**Problem to work on**
Give back exactly the lines that run from the beginning of the entries to the line containing "f 317 315 353", both included, and nothing else.

**Available data**
════════════════

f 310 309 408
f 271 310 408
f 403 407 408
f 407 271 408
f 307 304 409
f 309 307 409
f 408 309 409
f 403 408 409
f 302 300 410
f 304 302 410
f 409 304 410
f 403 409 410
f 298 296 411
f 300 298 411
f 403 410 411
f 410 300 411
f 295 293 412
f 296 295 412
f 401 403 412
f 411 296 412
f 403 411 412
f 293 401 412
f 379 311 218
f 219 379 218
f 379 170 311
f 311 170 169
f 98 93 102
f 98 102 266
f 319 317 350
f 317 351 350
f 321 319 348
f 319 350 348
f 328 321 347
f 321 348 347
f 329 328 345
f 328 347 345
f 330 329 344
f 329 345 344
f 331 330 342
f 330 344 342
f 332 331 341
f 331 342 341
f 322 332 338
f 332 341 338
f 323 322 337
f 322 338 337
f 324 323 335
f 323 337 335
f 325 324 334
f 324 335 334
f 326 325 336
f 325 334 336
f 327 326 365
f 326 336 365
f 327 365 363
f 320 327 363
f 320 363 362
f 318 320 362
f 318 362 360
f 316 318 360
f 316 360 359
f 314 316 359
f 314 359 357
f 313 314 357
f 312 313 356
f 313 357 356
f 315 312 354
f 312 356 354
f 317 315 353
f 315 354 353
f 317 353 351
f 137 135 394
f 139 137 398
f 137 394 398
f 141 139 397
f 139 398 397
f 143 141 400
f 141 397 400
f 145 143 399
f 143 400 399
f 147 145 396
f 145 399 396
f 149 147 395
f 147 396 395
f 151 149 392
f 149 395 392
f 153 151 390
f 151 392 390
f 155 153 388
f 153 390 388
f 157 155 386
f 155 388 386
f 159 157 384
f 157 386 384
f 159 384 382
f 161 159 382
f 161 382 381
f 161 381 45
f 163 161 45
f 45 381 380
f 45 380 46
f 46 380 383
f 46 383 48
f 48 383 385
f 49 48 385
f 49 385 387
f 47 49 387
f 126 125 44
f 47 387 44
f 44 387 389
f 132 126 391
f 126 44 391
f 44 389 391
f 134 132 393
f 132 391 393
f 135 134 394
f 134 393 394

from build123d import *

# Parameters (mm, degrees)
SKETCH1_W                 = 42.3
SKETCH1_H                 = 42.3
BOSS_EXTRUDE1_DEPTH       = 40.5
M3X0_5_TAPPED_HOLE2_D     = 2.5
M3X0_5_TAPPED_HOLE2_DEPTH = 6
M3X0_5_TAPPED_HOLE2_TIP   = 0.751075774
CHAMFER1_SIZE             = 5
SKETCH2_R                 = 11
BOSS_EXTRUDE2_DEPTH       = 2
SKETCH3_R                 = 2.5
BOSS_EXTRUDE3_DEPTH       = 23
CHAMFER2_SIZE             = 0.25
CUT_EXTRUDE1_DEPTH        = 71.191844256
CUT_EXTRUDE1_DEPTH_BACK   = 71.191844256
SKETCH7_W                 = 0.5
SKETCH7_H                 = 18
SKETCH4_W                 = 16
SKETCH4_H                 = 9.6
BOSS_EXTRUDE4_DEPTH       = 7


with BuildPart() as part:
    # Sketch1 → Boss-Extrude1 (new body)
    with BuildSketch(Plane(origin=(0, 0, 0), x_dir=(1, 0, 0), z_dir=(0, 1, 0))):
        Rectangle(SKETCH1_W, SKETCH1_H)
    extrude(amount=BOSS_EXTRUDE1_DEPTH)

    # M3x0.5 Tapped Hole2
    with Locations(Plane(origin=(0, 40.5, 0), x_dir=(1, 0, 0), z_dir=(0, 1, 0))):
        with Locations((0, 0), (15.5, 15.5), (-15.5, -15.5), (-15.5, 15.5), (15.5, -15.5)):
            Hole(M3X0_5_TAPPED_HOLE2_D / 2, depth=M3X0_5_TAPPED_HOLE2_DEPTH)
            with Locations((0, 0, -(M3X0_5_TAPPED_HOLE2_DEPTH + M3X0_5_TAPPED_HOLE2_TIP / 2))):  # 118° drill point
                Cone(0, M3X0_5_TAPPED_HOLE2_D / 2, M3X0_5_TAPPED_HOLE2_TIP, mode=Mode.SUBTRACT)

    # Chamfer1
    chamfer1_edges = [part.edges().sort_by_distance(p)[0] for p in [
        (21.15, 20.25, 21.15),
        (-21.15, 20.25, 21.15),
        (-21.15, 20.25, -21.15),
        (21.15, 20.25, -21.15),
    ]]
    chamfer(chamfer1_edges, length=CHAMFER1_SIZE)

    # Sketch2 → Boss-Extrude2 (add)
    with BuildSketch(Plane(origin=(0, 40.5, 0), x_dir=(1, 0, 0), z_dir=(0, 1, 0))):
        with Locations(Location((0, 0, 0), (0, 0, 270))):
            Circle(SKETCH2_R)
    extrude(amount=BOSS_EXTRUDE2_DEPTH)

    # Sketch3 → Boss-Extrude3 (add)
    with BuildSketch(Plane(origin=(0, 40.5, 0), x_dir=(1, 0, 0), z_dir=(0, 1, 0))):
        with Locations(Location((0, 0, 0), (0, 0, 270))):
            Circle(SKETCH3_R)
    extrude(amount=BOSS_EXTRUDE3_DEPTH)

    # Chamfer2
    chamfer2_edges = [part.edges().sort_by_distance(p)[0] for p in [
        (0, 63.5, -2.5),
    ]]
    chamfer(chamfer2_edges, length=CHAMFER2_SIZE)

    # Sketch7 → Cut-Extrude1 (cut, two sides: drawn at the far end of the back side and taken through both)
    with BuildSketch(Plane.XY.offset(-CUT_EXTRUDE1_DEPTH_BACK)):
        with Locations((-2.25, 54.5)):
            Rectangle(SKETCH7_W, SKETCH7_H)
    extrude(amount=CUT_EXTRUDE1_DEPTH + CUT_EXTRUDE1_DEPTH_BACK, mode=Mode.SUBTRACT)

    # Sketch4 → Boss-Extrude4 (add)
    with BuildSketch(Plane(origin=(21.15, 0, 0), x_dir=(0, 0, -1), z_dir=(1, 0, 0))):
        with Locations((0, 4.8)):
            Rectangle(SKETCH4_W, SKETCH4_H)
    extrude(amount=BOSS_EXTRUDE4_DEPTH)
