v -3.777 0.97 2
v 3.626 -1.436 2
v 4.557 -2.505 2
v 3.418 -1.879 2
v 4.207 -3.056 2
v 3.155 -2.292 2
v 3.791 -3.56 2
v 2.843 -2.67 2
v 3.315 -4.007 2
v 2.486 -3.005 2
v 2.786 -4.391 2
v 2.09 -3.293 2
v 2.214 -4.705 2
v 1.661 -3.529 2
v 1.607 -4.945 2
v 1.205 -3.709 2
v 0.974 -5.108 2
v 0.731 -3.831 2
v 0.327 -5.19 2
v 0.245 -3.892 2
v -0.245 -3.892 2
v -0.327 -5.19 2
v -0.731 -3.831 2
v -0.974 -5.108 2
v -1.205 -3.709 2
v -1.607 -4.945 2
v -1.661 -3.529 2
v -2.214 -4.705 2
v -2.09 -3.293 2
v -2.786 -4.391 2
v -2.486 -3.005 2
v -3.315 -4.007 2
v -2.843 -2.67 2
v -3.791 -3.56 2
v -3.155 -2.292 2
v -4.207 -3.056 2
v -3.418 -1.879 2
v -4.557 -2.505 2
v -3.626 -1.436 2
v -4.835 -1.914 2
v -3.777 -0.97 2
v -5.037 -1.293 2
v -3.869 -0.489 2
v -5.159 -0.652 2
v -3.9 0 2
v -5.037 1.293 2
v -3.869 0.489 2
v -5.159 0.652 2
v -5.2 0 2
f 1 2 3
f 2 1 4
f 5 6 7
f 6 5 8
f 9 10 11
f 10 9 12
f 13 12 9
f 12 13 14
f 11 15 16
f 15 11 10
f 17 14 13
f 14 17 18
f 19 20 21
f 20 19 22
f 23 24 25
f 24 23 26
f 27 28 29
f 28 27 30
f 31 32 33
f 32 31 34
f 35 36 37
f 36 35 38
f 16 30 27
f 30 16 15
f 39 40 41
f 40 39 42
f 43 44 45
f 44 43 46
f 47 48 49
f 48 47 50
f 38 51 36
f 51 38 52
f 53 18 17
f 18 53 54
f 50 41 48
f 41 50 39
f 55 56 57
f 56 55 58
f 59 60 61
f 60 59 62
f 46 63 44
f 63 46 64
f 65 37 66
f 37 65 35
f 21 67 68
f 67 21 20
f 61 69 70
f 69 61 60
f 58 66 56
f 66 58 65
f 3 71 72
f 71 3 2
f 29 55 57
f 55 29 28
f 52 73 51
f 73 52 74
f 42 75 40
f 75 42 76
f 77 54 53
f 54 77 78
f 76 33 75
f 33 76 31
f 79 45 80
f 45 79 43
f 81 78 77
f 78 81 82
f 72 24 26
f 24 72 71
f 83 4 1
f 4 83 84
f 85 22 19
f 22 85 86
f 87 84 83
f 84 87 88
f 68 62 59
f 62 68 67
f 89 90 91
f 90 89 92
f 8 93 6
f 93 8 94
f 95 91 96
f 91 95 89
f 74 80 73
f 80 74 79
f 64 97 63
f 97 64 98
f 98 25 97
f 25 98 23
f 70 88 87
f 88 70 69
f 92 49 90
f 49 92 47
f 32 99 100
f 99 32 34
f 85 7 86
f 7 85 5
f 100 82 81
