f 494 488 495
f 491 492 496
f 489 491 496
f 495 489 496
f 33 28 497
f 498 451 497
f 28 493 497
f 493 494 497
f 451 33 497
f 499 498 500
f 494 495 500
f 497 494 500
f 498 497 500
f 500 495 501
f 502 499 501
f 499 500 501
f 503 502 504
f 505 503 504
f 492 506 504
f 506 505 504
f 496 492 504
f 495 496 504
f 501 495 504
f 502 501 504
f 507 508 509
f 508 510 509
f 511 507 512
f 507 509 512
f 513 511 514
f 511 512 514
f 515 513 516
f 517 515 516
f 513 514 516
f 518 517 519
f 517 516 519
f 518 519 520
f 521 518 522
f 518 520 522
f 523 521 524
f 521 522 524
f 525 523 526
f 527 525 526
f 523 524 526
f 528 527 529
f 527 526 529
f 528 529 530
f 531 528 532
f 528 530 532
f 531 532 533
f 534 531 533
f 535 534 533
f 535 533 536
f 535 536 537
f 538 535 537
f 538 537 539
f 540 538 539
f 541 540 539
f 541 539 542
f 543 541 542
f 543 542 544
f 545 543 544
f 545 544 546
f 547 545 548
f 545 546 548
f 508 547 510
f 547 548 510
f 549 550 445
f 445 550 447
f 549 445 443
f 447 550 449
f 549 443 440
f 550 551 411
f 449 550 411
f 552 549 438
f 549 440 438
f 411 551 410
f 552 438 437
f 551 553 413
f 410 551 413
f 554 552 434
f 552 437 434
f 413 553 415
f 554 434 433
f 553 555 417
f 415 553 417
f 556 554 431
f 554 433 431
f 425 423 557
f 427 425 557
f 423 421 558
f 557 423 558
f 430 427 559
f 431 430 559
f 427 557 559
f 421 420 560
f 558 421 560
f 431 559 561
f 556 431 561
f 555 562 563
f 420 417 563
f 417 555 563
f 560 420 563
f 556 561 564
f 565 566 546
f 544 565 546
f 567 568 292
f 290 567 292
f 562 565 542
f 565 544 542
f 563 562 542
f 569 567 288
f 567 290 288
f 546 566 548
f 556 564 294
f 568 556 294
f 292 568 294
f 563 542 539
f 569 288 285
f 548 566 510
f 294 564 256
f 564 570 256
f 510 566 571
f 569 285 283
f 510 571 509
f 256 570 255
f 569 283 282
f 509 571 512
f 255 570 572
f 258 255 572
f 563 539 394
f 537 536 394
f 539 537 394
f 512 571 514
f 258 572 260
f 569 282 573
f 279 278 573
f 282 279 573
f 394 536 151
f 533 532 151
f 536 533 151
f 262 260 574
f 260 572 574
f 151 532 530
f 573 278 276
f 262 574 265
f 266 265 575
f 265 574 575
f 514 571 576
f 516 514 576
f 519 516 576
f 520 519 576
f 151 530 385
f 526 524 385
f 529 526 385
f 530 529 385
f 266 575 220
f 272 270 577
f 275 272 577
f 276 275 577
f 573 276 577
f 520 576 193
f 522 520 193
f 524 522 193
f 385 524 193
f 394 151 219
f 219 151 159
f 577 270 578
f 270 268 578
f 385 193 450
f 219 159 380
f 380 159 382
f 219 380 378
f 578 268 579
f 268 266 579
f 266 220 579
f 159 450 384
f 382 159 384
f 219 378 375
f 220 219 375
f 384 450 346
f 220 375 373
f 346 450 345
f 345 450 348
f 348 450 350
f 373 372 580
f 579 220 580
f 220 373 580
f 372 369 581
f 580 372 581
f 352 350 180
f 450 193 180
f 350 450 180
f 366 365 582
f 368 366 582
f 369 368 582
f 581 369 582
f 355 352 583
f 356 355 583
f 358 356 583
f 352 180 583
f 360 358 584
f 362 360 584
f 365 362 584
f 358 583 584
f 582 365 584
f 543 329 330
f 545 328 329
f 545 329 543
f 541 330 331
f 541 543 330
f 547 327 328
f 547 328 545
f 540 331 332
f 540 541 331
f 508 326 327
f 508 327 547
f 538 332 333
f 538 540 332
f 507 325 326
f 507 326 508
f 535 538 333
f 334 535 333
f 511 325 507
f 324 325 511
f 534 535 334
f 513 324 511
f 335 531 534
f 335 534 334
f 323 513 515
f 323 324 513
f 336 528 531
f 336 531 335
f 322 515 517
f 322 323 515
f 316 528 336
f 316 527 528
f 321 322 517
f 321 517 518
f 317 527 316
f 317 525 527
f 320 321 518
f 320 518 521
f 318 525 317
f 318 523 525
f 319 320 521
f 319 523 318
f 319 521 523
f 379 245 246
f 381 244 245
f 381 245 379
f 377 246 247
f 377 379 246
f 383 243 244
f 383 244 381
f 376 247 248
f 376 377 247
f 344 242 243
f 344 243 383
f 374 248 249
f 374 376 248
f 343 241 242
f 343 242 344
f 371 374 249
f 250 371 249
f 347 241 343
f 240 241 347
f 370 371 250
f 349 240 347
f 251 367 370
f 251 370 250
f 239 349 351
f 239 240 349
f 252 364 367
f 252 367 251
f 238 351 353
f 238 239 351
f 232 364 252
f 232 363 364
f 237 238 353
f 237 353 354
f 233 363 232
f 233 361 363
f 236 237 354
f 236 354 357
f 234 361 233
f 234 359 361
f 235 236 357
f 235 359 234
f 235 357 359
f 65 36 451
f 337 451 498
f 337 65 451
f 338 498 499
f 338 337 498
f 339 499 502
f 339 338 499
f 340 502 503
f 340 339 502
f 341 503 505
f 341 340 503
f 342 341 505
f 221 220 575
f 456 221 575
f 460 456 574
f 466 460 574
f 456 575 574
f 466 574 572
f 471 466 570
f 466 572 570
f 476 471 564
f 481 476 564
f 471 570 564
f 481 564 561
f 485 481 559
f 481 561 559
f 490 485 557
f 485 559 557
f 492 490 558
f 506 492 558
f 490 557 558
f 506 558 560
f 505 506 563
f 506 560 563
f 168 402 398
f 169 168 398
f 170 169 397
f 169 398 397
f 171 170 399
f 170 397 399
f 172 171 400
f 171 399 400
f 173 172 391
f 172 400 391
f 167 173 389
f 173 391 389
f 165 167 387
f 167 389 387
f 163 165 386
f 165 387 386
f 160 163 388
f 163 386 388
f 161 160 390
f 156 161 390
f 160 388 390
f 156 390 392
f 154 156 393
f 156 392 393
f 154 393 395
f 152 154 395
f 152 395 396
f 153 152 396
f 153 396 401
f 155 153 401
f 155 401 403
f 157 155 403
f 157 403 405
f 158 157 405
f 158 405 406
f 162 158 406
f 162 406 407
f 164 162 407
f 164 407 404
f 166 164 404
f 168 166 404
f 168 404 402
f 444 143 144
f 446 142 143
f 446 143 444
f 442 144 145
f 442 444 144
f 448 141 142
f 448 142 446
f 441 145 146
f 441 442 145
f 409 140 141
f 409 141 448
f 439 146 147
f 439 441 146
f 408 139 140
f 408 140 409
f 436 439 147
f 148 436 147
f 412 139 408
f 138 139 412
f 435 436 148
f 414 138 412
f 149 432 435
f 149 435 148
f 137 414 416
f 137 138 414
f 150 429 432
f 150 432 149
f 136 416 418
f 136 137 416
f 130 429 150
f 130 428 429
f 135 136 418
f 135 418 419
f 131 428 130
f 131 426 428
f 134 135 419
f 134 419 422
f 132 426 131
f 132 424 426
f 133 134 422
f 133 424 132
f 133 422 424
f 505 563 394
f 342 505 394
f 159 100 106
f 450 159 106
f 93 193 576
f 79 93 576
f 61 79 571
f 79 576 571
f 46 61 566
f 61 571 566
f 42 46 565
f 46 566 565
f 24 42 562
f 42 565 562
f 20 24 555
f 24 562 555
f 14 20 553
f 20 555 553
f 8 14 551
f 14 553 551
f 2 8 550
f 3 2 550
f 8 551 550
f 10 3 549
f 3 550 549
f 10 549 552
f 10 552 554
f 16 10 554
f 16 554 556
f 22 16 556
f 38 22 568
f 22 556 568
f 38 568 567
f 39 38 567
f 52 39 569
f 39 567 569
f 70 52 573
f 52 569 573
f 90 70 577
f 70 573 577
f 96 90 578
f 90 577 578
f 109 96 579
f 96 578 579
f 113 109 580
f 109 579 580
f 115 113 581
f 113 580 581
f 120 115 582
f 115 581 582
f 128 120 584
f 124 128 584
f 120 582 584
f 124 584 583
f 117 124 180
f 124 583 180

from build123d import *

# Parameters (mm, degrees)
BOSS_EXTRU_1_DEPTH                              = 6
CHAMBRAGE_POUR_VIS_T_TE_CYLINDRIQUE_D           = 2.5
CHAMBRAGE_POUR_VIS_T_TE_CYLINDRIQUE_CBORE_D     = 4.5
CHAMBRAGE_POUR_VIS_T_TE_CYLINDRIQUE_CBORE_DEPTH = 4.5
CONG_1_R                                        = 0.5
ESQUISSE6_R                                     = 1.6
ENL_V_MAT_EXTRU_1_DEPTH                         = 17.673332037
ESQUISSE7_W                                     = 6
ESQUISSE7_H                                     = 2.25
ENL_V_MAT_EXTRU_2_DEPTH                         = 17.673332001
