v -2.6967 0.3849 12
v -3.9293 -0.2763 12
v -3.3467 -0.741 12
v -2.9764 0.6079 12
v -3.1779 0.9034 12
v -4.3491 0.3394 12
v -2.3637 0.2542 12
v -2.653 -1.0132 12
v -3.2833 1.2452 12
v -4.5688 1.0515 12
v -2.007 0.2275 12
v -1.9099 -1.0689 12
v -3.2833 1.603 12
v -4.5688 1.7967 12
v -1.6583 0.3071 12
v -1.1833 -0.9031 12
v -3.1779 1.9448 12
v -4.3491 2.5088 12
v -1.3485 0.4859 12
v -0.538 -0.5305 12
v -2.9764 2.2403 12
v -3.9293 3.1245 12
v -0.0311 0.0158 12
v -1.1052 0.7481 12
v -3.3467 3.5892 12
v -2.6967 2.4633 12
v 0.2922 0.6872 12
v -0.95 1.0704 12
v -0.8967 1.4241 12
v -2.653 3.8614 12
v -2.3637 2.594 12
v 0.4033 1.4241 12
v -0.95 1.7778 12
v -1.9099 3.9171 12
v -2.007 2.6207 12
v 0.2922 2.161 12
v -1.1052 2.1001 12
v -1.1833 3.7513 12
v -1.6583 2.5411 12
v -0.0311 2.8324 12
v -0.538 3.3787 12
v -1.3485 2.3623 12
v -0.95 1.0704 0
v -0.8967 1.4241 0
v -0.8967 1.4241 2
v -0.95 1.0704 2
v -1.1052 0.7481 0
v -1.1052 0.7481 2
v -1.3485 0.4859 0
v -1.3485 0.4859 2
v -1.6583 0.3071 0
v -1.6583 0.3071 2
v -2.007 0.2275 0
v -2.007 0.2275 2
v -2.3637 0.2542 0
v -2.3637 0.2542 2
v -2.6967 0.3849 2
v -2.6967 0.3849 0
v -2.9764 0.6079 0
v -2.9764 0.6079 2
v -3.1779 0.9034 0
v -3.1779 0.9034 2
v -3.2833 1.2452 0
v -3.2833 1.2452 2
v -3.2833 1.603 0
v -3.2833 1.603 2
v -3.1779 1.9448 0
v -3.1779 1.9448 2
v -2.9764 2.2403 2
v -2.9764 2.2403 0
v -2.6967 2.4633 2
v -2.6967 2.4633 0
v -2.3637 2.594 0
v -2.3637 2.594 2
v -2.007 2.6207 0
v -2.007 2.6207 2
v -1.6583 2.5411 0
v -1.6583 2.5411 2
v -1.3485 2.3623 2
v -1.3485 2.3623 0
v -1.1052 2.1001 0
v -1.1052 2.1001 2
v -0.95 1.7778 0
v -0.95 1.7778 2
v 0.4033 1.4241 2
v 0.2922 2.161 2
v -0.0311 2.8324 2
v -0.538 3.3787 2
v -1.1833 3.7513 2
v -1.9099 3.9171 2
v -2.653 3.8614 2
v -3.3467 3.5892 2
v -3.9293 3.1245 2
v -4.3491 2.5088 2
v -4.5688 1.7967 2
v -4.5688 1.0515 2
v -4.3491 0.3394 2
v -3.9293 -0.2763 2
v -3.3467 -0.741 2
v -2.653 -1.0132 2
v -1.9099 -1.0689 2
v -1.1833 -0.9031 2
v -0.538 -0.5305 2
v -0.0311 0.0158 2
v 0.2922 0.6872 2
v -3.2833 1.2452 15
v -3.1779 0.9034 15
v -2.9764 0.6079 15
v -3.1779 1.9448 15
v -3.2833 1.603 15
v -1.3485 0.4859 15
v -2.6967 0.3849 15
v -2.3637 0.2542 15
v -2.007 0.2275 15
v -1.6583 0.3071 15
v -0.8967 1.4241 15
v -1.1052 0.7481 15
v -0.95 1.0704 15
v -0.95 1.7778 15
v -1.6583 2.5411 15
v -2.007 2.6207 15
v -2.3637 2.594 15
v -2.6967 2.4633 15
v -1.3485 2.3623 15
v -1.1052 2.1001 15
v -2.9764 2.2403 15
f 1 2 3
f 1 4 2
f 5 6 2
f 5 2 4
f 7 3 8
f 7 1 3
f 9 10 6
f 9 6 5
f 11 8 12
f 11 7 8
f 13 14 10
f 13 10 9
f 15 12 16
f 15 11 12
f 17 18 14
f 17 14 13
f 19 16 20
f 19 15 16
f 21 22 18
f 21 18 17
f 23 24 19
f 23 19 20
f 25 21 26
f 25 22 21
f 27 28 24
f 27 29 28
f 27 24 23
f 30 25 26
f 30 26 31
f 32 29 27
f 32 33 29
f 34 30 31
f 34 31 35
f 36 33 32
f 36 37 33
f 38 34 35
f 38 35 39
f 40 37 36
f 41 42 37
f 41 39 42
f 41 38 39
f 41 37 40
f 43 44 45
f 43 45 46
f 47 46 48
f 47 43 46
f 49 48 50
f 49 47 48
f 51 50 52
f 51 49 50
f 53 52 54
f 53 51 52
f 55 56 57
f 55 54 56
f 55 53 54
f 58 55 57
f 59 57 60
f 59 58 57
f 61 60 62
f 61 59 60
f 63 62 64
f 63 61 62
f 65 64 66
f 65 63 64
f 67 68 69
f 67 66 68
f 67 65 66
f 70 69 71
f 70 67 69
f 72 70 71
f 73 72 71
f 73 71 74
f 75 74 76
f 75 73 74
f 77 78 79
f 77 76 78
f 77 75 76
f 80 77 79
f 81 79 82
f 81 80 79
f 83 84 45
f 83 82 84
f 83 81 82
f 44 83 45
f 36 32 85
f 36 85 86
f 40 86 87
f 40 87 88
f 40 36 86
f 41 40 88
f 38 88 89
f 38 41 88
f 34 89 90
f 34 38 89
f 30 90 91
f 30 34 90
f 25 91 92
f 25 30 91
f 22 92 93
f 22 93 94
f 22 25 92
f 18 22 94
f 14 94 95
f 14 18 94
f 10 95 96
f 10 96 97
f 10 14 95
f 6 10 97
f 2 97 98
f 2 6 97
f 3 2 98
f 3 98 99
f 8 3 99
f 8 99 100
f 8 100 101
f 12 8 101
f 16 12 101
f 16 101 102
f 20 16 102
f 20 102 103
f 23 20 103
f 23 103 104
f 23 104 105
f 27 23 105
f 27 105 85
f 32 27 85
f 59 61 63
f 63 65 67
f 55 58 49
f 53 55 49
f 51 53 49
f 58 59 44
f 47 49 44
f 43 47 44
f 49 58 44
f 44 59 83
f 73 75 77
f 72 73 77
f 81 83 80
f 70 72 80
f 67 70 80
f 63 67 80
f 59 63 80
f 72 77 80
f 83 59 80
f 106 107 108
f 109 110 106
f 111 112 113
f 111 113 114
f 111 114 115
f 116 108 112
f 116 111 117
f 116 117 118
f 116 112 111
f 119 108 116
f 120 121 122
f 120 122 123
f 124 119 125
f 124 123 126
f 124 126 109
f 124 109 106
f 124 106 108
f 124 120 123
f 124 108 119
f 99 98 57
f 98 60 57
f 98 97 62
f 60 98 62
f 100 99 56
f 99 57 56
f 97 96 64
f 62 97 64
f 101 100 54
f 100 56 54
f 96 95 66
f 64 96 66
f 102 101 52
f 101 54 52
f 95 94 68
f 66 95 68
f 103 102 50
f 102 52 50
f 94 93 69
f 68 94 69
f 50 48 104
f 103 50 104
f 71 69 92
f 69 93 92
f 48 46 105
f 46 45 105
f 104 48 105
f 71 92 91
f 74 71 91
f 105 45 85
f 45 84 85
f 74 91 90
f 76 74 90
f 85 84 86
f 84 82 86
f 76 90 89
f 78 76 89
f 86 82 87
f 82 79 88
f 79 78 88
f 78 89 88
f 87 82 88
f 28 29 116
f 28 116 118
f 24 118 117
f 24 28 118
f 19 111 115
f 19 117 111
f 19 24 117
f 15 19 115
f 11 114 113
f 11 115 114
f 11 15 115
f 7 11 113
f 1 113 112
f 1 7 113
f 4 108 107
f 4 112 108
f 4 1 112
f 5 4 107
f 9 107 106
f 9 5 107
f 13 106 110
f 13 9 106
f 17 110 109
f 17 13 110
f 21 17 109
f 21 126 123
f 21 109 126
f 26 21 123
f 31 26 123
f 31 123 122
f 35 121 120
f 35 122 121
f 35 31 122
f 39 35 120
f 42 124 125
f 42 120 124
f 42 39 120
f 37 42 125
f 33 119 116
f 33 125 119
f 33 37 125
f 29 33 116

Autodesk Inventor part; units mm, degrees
ref_plane "YZ Plane" through (0, 0, 0) normal (1, 0, 0) x (0, 1, 0)
ref_plane "XZ Plane" through (0, 0, 0) normal (0, 1, 0) x (-1, 0, 0)
ref_plane "XY Plane" through (0, 0, 0) normal (0, 0, 1) x (1, 0, 0)
sketch "Sketch1" plane through (0, 0, 0) normal (0, 0, 1) x (1, 0, 0)
  circle A0 centre (-2.0967, 1.4241) radius 1.2
  point P0 (0, 0)
  dimension "d0" = 2.4
extrude "Extrusion1" add sketch "Sketch1" along normal blind 15
ref_plane "Work Plane1" through (-2.0967, 1.4241, 12) normal (0, 0, 1) x (1, 0, 0)
sketch "Sketch3" plane through (-2.0967, 1.4241, 12) normal (0, 0, 1) x (1, 0, 0)
  circle A0 centre (0, 0) radius 1.2 projected
  circle A1 centre (0, 0) radius 1.2 projected
  circle A2 centre (0, 0) radius 2.5
  point P0 (2.0967, -1.4241)
  dimension "d4" = 5
extrude "Extrusion2" add sketch "Sketch3" against normal blind 10
properties part number "M2" material "Silver"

════════════════

**Answer area**
f 310 309 408
f 271 310 408
f 403 407 408
f 407 271 408
f 307 304 409
f 309 307 409
f 408 309 409
f 403 408 409
f 302 300 410
f 304 302 410
f 409 304 410
f 403 409 410
f 298 296 411
f 300 298 411
f 403 410 411
f 410 300 411
f 295 293 412
f 296 295 412
f 401 403 412
f 411 296 412
f 403 411 412
f 293 401 412
f 379 311 218
f 219 379 218
f 379 170 311
f 311 170 169
f 98 93 102
f 98 102 266
f 319 317 350
f 317 351 350
f 321 319 348
f 319 350 348
f 328 321 347
f 321 348 347
f 329 328 345
f 328 347 345
f 330 329 344
f 329 345 344
f 331 330 342
f 330 344 342
f 332 331 341
f 331 342 341
f 322 332 338
f 332 341 338
f 323 322 337
f 322 338 337
f 324 323 335
f 323 337 335
f 325 324 334
f 324 335 334
f 326 325 336
f 325 334 336
f 327 326 365
f 326 336 365
f 327 365 363
f 320 327 363
f 320 363 362
f 318 320 362
f 318 362 360
f 316 318 360
f 316 360 359
f 314 316 359
f 314 359 357
f 313 314 357
f 312 313 356
f 313 357 356
f 315 312 354
f 312 356 354
f 317 315 353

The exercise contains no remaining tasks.